Task prompt: Below are entries; copy exactly the lines from the one with "line L2 (-18.3, 305.1) -> (2.2, 305.1)" through the one with "Rebuilt in FreeCAD, every", both included, and leave out the rest.
Material supplied: Begin
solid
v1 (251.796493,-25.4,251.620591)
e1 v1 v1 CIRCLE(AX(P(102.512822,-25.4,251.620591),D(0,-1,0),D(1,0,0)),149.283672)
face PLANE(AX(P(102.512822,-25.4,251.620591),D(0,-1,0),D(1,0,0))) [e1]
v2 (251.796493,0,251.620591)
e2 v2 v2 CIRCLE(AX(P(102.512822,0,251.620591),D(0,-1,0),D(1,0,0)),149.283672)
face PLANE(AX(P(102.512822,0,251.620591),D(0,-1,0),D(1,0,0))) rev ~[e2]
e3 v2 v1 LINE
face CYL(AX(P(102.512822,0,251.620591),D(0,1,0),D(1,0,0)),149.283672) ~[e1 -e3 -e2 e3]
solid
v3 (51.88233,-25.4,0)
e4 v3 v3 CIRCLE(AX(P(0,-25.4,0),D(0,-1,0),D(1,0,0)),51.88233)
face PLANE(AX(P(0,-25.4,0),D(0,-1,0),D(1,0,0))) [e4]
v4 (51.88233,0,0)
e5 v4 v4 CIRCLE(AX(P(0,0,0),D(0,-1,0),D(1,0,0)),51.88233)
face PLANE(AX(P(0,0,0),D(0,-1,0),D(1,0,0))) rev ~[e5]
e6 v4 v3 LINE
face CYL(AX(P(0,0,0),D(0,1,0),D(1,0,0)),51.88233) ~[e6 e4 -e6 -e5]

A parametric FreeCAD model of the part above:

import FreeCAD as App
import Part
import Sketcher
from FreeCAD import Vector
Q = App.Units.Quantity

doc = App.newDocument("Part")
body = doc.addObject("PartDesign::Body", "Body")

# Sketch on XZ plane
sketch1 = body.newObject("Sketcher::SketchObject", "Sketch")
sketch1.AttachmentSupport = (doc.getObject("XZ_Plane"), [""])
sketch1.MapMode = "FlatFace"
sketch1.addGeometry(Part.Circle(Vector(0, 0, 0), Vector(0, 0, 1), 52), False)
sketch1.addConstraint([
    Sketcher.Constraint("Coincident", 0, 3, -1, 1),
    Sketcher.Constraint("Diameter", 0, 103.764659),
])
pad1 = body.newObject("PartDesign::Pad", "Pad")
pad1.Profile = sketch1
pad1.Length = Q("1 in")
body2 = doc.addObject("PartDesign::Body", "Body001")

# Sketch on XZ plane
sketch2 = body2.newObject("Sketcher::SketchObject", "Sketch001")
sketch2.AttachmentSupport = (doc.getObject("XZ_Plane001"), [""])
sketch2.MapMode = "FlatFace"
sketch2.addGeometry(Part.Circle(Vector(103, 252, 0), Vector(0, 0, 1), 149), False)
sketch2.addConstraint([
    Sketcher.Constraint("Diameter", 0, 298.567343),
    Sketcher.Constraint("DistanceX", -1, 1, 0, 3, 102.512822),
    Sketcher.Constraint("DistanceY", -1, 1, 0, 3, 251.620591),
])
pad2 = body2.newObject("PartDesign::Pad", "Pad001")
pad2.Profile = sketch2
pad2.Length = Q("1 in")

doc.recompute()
Material supplied: End
Material supplied: Begin
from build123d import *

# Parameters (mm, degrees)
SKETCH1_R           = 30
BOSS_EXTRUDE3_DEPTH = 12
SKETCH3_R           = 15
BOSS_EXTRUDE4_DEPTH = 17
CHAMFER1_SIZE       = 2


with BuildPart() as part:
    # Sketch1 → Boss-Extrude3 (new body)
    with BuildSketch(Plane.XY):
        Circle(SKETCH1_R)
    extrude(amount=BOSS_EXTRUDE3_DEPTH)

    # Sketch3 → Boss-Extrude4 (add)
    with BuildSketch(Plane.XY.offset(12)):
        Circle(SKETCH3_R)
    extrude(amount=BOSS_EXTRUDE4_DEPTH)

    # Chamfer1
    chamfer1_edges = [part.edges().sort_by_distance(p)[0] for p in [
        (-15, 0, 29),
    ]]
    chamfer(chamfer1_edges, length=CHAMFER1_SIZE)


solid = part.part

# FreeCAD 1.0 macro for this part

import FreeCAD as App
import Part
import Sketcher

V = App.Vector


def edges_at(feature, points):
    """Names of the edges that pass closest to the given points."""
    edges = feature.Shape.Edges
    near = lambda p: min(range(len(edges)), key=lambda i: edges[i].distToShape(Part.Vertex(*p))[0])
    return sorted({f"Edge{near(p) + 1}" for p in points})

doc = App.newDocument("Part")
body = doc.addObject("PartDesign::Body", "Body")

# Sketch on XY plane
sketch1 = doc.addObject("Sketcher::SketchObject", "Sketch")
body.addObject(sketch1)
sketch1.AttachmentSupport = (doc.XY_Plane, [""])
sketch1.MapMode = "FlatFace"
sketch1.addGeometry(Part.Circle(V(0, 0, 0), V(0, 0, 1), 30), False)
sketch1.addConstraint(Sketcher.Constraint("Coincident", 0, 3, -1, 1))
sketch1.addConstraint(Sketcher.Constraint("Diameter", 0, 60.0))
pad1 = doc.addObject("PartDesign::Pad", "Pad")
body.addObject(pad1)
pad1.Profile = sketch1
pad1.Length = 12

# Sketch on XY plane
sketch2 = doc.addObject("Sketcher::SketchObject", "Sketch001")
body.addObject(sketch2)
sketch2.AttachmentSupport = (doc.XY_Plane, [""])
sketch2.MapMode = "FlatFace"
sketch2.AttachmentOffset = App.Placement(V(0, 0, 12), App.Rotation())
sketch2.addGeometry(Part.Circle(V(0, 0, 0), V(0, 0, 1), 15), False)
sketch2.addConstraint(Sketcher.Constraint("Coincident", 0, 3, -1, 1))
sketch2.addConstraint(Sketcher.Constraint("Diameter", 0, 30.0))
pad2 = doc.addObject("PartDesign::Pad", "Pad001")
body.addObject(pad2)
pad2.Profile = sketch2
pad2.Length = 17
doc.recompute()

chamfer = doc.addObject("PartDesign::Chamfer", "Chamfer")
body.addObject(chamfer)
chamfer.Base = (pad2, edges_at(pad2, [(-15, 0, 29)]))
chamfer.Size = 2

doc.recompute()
Material supplied: End
Material supplied: Begin
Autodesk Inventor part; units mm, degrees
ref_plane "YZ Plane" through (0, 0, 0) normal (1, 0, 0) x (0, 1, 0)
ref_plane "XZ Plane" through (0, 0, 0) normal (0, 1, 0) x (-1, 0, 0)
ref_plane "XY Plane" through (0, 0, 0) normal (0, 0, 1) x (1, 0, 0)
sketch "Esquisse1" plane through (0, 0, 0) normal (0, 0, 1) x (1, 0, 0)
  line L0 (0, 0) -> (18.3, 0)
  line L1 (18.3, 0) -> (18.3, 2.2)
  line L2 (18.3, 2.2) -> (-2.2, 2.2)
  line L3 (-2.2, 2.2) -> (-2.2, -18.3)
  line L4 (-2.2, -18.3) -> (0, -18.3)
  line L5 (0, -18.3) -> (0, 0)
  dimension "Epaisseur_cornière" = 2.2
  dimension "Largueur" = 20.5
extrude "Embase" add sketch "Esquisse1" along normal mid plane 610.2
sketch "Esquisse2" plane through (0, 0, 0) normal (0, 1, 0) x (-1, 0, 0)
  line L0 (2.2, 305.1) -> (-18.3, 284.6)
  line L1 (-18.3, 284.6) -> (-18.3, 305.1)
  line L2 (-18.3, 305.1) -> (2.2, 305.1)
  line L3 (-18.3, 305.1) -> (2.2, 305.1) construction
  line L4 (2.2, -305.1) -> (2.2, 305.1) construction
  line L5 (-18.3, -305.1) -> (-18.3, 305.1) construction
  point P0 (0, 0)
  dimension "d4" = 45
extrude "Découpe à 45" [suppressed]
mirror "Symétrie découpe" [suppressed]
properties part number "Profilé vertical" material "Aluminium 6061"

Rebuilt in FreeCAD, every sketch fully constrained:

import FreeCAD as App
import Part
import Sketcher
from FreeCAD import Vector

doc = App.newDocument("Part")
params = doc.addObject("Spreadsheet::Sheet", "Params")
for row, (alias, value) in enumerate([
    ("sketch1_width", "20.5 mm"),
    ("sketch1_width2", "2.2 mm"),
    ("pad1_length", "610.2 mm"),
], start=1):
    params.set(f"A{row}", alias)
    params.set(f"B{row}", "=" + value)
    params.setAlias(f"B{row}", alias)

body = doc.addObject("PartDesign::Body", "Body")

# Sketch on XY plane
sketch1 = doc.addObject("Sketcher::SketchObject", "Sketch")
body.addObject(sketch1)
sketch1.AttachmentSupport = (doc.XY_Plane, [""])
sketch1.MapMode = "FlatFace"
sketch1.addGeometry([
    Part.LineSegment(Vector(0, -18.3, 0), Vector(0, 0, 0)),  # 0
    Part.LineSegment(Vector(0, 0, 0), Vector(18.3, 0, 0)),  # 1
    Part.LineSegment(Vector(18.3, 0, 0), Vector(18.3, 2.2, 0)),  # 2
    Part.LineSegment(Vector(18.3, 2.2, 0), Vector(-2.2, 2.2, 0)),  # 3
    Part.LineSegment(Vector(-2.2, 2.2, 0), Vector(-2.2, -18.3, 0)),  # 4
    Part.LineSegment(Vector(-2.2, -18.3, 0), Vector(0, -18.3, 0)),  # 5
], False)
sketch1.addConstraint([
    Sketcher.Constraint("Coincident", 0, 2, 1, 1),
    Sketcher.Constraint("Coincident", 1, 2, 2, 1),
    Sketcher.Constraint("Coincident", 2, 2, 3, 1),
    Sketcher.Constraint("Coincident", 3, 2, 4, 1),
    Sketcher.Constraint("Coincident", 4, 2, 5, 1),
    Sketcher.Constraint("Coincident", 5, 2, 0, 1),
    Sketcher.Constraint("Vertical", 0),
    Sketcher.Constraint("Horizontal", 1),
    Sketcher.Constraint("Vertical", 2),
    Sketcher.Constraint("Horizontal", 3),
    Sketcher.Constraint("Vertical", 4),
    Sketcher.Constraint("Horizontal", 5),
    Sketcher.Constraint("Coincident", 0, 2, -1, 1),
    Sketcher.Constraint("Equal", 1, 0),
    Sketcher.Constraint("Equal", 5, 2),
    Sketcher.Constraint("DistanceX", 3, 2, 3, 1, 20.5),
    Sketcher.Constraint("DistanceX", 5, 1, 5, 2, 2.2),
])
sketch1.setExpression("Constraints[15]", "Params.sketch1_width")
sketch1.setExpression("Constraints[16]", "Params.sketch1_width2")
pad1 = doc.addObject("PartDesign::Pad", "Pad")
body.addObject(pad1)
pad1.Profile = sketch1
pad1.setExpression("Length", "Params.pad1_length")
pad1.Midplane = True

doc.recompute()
Material supplied: End
Task result:
  line L2 (-18.3, 305.1) -> (2.2, 305.1)
  line L3 (-18.3, 305.1) -> (2.2, 305.1) construction
  line L4 (2.2, -305.1) -> (2.2, 305.1) construction
  line L5 (-18.3, -305.1) -> (-18.3, 305.1) construction
  point P0 (0, 0)
  dimension "d4" = 45
extrude "Découpe à 45" [suppressed]
mirror "Symétrie découpe" [suppressed]
properties part number "Profilé vertical" material "Aluminium 6061"

Rebuilt in FreeCAD, every sketch fully constrained:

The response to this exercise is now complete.